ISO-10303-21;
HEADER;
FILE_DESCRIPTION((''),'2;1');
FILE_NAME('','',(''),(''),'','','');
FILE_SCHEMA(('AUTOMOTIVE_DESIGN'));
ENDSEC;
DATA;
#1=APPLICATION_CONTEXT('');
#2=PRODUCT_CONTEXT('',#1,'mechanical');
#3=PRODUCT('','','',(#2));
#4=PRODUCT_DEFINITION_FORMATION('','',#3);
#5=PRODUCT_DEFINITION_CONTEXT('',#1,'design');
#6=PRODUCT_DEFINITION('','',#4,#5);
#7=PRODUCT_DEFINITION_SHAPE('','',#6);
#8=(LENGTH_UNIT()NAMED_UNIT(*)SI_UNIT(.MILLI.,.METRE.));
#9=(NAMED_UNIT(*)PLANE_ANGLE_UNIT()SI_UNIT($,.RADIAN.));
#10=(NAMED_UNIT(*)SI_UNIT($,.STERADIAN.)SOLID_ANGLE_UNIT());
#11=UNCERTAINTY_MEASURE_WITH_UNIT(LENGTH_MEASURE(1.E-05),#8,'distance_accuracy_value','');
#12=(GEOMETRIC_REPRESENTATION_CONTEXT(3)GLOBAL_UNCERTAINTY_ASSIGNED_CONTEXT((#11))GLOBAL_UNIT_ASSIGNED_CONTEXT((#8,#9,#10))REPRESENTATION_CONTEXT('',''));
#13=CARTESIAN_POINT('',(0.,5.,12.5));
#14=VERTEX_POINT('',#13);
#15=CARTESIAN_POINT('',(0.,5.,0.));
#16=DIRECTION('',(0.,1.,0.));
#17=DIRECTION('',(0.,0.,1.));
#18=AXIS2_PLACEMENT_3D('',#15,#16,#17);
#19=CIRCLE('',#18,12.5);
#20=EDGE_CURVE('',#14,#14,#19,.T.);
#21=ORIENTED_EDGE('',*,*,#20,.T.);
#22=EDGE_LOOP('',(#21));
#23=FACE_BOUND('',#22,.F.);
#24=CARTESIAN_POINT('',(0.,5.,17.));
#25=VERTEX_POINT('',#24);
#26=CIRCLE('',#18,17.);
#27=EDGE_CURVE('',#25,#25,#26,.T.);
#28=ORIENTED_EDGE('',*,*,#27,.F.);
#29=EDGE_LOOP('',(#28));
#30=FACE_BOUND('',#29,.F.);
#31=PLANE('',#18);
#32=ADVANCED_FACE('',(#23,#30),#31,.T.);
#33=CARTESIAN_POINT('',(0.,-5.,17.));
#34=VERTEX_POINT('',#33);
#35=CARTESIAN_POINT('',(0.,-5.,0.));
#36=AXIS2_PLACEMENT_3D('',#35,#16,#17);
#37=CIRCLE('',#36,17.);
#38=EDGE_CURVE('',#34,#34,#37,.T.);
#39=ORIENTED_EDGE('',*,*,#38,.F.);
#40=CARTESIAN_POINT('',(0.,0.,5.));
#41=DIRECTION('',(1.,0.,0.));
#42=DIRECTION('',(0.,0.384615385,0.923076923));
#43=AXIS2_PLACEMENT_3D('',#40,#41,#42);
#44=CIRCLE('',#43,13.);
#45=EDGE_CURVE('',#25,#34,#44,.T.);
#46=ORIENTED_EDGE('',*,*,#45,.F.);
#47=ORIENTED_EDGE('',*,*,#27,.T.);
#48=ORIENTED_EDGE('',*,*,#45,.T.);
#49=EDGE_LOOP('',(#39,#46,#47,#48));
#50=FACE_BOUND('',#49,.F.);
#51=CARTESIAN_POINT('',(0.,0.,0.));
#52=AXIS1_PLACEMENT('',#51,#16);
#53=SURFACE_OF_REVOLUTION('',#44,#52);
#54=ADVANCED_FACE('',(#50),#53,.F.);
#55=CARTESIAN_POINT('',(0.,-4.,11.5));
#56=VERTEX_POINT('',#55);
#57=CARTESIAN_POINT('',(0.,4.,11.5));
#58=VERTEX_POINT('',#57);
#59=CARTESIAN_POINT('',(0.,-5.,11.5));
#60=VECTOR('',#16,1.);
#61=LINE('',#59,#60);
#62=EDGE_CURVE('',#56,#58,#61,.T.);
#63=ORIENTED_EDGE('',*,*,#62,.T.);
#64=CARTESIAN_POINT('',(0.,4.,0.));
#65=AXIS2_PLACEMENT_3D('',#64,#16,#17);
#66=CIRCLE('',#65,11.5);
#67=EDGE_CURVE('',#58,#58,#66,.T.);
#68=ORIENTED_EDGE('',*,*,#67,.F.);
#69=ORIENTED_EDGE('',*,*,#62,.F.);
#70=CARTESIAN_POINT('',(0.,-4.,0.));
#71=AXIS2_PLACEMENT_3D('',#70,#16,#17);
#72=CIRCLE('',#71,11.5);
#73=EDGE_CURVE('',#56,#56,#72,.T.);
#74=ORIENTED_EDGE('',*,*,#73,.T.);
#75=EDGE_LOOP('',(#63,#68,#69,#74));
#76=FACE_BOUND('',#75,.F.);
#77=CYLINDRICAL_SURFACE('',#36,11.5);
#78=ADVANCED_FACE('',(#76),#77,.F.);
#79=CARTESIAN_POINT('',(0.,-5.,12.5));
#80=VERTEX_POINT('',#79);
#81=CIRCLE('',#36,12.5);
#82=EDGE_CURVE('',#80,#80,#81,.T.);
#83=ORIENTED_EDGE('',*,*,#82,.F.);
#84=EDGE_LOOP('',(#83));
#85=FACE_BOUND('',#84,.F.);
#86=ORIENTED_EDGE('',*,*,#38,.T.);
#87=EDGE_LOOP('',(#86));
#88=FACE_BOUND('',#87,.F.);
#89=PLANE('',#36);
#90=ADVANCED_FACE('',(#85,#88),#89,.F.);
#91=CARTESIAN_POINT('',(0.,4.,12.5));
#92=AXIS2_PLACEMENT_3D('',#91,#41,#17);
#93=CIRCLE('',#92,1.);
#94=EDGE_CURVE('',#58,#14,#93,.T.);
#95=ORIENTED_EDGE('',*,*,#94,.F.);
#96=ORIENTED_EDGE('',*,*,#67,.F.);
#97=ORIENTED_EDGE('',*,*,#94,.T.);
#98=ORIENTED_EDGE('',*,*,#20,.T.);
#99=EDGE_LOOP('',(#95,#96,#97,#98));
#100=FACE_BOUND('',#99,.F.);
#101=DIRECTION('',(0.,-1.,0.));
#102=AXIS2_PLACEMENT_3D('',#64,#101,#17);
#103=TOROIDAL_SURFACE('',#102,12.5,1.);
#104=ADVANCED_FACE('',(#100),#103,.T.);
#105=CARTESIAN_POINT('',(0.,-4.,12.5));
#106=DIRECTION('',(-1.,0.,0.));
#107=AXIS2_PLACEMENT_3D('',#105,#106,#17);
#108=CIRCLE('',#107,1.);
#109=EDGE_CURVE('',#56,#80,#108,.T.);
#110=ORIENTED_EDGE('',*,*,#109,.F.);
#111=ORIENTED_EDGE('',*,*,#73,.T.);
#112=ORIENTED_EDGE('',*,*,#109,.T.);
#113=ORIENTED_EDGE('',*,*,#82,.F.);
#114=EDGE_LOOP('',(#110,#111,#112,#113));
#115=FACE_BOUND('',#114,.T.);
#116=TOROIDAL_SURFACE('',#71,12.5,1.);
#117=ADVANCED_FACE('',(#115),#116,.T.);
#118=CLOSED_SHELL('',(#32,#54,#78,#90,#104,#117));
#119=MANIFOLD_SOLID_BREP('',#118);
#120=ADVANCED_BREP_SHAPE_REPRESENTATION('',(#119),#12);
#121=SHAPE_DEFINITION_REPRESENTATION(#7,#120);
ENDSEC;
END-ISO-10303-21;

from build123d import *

# Parameters (mm, degrees)
F2_R = 1


with BuildPart() as f1:
    # F0 (on Right) → F1 (revolve)
    with BuildSketch(Plane.YZ):
        with BuildLine():
            Line((-5, 11.5), (5, 11.5))
            Line((5, 11.5), (5, 17))
            ThreePointArc((5, 17), (0, 18), (-5, 17))
            Line((-5, 17), (-5, 11.5))
        make_face()
    revolve(axis=Axis((0, 0, 0), (0, 1, 0)))

    # F2
    f2_edges = [f1.edges().sort_by_distance(p)[0] for p in [
        (0, -5, -11.5),
        (0, 5, -11.5),
        (0, 0, 11.5),
    ]]
    fillet(f2_edges, radius=F2_R)


solid = f1.part
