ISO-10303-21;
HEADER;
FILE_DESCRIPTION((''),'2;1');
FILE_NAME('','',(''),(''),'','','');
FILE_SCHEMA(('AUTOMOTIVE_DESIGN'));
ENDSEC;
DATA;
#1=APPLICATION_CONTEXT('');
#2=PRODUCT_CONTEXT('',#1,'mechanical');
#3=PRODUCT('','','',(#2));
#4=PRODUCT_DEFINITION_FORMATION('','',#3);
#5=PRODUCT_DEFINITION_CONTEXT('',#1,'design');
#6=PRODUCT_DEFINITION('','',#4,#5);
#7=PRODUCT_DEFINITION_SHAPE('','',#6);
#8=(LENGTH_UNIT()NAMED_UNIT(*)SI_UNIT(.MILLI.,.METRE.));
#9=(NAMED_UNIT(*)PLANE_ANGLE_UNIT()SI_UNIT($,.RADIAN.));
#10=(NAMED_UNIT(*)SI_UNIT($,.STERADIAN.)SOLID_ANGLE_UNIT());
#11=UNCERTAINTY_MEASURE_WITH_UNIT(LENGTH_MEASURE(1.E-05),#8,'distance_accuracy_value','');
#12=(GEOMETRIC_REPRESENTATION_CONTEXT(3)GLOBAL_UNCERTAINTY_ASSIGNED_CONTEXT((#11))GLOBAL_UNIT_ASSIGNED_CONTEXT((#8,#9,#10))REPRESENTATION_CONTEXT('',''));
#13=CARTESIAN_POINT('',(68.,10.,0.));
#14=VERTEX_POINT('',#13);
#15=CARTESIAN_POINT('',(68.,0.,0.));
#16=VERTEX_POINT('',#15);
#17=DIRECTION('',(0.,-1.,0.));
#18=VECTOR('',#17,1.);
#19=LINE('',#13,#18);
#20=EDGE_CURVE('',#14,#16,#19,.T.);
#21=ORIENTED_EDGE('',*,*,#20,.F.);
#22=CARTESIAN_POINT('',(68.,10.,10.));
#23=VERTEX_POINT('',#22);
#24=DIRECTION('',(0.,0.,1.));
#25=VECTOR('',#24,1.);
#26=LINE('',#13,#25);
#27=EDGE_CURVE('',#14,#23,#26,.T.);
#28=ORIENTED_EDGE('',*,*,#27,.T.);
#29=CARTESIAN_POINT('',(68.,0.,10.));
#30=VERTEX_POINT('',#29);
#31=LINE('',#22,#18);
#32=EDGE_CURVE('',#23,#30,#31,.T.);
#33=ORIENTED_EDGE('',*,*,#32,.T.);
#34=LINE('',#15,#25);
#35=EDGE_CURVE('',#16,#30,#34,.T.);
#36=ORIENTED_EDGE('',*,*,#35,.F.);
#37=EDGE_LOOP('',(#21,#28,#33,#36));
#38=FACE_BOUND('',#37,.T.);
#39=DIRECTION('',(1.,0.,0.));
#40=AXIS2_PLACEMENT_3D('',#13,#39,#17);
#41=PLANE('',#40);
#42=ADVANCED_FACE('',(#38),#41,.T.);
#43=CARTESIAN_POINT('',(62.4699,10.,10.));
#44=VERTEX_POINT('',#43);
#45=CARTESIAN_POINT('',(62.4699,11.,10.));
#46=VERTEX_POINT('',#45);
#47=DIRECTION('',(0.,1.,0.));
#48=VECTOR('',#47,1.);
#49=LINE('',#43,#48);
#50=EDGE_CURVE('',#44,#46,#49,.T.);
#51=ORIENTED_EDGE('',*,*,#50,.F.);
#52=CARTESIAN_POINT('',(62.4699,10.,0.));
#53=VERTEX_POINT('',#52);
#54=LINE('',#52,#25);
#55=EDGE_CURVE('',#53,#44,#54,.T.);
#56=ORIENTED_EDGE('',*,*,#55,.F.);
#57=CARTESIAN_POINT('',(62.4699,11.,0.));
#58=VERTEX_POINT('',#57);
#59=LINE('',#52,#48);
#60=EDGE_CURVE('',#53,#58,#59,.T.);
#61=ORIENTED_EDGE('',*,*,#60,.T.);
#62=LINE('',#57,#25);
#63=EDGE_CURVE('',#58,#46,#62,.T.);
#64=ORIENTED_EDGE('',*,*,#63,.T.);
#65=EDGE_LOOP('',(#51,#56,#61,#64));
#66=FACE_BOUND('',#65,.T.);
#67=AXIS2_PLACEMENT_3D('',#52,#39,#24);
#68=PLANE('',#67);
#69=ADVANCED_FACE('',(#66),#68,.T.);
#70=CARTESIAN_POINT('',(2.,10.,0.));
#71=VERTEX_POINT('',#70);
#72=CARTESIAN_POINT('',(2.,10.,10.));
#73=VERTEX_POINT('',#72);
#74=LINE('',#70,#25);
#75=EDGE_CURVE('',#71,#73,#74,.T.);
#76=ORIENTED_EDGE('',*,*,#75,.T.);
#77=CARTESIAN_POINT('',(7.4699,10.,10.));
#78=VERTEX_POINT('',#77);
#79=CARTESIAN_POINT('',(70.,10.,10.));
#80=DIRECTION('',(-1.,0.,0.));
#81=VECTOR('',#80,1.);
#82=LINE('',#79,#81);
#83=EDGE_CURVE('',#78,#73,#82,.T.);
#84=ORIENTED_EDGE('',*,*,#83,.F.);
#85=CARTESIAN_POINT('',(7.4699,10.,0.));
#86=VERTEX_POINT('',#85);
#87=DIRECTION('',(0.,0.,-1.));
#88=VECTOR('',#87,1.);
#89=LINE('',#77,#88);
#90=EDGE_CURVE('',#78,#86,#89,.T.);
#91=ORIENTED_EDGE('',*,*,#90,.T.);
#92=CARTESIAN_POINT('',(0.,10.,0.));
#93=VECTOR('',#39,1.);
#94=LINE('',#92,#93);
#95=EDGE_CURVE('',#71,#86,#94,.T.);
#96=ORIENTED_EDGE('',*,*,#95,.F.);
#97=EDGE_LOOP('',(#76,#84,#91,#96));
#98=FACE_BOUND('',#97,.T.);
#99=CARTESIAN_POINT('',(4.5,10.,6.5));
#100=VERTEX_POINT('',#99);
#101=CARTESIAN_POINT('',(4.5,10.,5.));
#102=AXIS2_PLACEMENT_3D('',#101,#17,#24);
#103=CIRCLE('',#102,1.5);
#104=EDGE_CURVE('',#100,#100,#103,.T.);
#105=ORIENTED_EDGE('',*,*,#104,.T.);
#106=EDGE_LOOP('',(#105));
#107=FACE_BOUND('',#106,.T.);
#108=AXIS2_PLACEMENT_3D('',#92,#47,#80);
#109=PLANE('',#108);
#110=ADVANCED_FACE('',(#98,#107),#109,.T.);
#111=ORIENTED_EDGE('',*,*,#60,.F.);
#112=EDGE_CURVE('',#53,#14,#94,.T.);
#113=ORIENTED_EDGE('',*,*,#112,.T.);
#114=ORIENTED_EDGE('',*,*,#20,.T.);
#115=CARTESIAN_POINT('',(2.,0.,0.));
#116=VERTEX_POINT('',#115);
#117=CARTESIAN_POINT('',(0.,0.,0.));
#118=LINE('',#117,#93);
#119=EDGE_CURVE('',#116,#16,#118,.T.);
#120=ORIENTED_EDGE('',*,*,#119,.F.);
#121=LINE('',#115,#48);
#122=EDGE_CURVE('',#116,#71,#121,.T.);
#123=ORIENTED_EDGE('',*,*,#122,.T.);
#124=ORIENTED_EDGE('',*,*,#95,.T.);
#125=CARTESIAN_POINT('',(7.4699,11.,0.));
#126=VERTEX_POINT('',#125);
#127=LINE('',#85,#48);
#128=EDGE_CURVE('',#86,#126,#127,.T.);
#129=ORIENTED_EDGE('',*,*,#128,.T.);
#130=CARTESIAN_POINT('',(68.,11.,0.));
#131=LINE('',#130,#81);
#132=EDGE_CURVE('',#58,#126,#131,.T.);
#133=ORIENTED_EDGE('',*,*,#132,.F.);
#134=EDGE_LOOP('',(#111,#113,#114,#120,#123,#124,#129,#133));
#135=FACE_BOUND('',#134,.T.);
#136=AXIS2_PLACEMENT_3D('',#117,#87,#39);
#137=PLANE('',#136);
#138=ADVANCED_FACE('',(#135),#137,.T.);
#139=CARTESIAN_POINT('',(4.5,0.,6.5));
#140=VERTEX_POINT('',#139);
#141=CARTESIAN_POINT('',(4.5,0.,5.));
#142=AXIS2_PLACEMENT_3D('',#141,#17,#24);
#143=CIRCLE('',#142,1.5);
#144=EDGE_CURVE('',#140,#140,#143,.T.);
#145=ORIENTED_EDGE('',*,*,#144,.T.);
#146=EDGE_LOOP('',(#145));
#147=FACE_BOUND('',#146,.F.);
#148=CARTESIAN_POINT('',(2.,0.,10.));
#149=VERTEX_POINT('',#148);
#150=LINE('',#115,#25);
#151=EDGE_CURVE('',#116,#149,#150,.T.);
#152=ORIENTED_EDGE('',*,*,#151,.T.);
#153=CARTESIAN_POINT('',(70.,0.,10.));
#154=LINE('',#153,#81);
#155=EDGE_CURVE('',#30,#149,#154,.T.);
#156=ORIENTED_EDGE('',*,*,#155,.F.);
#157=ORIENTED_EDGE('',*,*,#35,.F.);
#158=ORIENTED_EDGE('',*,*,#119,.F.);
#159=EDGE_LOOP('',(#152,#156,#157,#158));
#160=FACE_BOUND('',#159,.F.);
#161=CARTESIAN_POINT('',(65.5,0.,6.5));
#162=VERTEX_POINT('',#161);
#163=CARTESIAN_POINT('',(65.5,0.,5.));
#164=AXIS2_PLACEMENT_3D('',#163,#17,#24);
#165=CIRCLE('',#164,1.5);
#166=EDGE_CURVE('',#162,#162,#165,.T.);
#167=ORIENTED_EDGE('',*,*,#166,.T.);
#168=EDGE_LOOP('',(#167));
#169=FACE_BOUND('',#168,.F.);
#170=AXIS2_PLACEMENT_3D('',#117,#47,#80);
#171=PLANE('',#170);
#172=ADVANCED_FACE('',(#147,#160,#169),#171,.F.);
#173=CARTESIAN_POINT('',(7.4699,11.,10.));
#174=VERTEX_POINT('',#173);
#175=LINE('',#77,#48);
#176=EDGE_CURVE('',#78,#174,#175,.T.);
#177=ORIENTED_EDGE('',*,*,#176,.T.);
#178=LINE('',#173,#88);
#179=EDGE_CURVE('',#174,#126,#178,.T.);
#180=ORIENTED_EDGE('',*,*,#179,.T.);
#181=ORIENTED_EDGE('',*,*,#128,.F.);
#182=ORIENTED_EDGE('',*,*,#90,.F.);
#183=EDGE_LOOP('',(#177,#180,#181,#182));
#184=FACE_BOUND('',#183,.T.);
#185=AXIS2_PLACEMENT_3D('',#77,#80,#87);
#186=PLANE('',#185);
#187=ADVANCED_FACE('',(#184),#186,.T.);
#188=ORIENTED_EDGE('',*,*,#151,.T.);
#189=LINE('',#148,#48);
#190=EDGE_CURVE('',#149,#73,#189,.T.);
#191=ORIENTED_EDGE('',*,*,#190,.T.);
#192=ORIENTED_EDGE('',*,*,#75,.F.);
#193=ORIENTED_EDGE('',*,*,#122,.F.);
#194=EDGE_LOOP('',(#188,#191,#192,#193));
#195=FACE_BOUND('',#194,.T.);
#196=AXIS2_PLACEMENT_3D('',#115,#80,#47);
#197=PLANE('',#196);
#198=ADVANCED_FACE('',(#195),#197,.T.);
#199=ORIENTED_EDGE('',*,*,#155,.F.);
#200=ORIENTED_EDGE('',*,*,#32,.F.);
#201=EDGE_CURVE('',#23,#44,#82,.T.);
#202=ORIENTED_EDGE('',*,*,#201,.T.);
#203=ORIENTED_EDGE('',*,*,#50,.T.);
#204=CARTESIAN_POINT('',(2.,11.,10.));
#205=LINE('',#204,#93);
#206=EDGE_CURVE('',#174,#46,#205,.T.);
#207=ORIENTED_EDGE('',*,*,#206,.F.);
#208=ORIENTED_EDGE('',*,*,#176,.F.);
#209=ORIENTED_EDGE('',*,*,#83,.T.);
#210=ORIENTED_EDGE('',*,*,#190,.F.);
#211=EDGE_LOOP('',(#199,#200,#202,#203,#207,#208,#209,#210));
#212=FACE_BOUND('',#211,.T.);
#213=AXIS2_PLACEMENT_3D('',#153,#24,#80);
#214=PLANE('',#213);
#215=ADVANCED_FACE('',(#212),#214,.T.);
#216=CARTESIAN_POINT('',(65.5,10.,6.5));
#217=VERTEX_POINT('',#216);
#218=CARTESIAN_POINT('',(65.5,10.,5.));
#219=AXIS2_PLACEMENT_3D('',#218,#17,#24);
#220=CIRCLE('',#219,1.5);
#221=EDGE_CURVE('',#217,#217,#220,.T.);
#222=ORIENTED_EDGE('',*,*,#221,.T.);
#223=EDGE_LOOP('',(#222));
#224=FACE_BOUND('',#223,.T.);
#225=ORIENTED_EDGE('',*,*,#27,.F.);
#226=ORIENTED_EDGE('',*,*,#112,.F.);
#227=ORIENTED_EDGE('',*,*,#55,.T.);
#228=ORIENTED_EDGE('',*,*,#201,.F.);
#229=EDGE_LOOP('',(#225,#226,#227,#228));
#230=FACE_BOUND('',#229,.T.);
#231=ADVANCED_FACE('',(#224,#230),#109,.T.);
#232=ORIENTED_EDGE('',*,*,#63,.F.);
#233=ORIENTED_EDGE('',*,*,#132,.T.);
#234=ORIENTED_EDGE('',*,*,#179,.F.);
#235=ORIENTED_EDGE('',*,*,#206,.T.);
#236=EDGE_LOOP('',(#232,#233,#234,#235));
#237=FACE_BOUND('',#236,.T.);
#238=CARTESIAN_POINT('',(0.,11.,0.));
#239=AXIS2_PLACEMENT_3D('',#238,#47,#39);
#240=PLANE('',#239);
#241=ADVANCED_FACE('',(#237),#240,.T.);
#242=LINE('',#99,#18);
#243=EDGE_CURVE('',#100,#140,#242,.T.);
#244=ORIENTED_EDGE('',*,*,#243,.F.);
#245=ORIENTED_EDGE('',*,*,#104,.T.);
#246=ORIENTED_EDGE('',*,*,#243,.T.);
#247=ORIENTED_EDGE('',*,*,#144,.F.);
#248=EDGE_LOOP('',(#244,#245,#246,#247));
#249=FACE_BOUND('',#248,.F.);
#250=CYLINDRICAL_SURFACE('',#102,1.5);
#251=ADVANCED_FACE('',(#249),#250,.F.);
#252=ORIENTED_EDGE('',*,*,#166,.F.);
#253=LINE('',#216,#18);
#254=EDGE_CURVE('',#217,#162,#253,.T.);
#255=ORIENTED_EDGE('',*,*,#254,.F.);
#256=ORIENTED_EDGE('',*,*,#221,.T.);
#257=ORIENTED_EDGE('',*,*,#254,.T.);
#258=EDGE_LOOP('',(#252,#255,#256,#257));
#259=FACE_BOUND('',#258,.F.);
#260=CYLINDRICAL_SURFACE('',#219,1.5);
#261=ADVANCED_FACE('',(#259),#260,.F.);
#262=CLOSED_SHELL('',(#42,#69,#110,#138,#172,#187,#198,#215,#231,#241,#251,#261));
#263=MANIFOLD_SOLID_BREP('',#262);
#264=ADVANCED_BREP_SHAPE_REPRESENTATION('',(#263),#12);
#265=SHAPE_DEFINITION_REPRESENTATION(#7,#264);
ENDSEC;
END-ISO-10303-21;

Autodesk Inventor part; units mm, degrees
ref_plane "YZ Plane" through (0, 0, 0) normal (1, 0, 0) x (0, 1, 0)
ref_plane "XZ Plane" through (0, 0, 0) normal (0, 1, 0) x (-1, 0, 0)
ref_plane "XY Plane" through (0, 0, 0) normal (0, 0, 1) x (1, 0, 0)
sketch "スケッチ1" plane through (0, 0, 0) normal (0, 1, 0) x (-1, 0, 0)
  line L0 (0, 0) -> (-70, 0)
  line L1 (-70, 0) -> (-70, 10)
  line L2 (-70, 10) -> (0, 10)
  line L3 (0, 10) -> (0, 0)
  dimension "d0" = 70
  dimension "d1" = 10
extrude "押し出し1" add sketch "スケッチ1" along normal blind 10
sketch "スケッチ17" plane through (0, 10, 0) normal (0, 1, 0) x (1, 0, 0)
  line L0 (70, 0) -> (0, 0) projected
  line L1 (0, 0) -> (0, -10) projected
  line L2 (0, -10) -> (70, -10) projected
  line L3 (0, -5) -> (4.5, -5)
  line L4 (4.5, -5) -> (4.5, 0)
  line L5 (70, -5) -> (65.5, -5)
  point P0 (7.0002, -10)
  point P1 (7.0002, 0)
  dimension "d42" = 4.5
  dimension "d43" = 5
  dimension "d44" = 4.5
  dimension "d52" = 61
hole "穴1" at (4.5, 10, 5) at (65.5, 10, 5) direction (0, -1, 0) diameter 3 depth 10 tip angle 118
sketch "スケッチ18" plane through (70, 0, 0) normal (0, 0, -1) x (-1, 0, 0)
  line L0 (70, 0) -> (0, 0) projected
  line L1 (0, 10) -> (70, 10) projected
  line L2 (0, 10) -> (2, 10)
  line L3 (2, 10) -> (2, 0)
  line L4 (2, 0) -> (0, 0)
  line L5 (0, 0) -> (0, 10)
  line L6 (70, 0) -> (68, 0)
  line L7 (68, 0) -> (68, 10)
  line L8 (68, 10) -> (70, 10)
  line L9 (70, 10) -> (70, 0)
  point P0 (62.9998, 10)
  dimension "d53" = 2
  dimension "d54" = 2
extrude "押し出し15" cut sketch "スケッチ18" against normal blind 10 contours L0 L7 L1 L9 | L0 L5 L1 L3
sketch "スケッチ19" plane through (0, 10, 0) normal (0, 1, 0) x (1, 0, 0)
  line L0 (68, 0) -> (2, 0) projected
  line L1 (2, -10) -> (68, -10) projected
------
* [EXERCISE] Reproduce the entries above exactly, but only the lines between the line holding "#181=ORIENTED_EDGE('',*,*,#128,.F.);" and the line holding "#234=ORIENTED_EDGE('',*,*,#179,.F.);", inclusive.

* [SOLVED PROBLEM]
#181=ORIENTED_EDGE('',*,*,#128,.F.);
#182=ORIENTED_EDGE('',*,*,#90,.F.);
#183=EDGE_LOOP('',(#177,#180,#181,#182));
#184=FACE_BOUND('',#183,.T.);
#185=AXIS2_PLACEMENT_3D('',#77,#80,#87);
#186=PLANE('',#185);
#187=ADVANCED_FACE('',(#184),#186,.T.);
#188=ORIENTED_EDGE('',*,*,#151,.T.);
#189=LINE('',#148,#48);
#190=EDGE_CURVE('',#149,#73,#189,.T.);
#191=ORIENTED_EDGE('',*,*,#190,.T.);
#192=ORIENTED_EDGE('',*,*,#75,.F.);
#193=ORIENTED_EDGE('',*,*,#122,.F.);
#194=EDGE_LOOP('',(#188,#191,#192,#193));
#195=FACE_BOUND('',#194,.T.);
#196=AXIS2_PLACEMENT_3D('',#115,#80,#47);
#197=PLANE('',#196);
#198=ADVANCED_FACE('',(#195),#197,.T.);
#199=ORIENTED_EDGE('',*,*,#155,.F.);
#200=ORIENTED_EDGE('',*,*,#32,.F.);
#201=EDGE_CURVE('',#23,#44,#82,.T.);
#202=ORIENTED_EDGE('',*,*,#201,.T.);
#203=ORIENTED_EDGE('',*,*,#50,.T.);
#204=CARTESIAN_POINT('',(2.,11.,10.));
#205=LINE('',#204,#93);
#206=EDGE_CURVE('',#174,#46,#205,.T.);
#207=ORIENTED_EDGE('',*,*,#206,.F.);
#208=ORIENTED_EDGE('',*,*,#176,.F.);
#209=ORIENTED_EDGE('',*,*,#83,.T.);
#210=ORIENTED_EDGE('',*,*,#190,.F.);
#211=EDGE_LOOP('',(#199,#200,#202,#203,#207,#208,#209,#210));
#212=FACE_BOUND('',#211,.T.);
#213=AXIS2_PLACEMENT_3D('',#153,#24,#80);
#214=PLANE('',#213);
#215=ADVANCED_FACE('',(#212),#214,.T.);
#216=CARTESIAN_POINT('',(65.5,10.,6.5));
#217=VERTEX_POINT('',#216);
#218=CARTESIAN_POINT('',(65.5,10.,5.));
#219=AXIS2_PLACEMENT_3D('',#218,#17,#24);
#220=CIRCLE('',#219,1.5);
#221=EDGE_CURVE('',#217,#217,#220,.T.);
#222=ORIENTED_EDGE('',*,*,#221,.T.);
#223=EDGE_LOOP('',(#222));
#224=FACE_BOUND('',#223,.T.);
#225=ORIENTED_EDGE('',*,*,#27,.F.);
#226=ORIENTED_EDGE('',*,*,#112,.F.);
#227=ORIENTED_EDGE('',*,*,#55,.T.);
#228=ORIENTED_EDGE('',*,*,#201,.F.);
#229=EDGE_LOOP('',(#225,#226,#227,#228));
#230=FACE_BOUND('',#229,.T.);
#231=ADVANCED_FACE('',(#224,#230),#109,.T.);
#232=ORIENTED_EDGE('',*,*,#63,.F.);
#233=ORIENTED_EDGE('',*,*,#132,.T.);
#234=ORIENTED_EDGE('',*,*,#179,.F.);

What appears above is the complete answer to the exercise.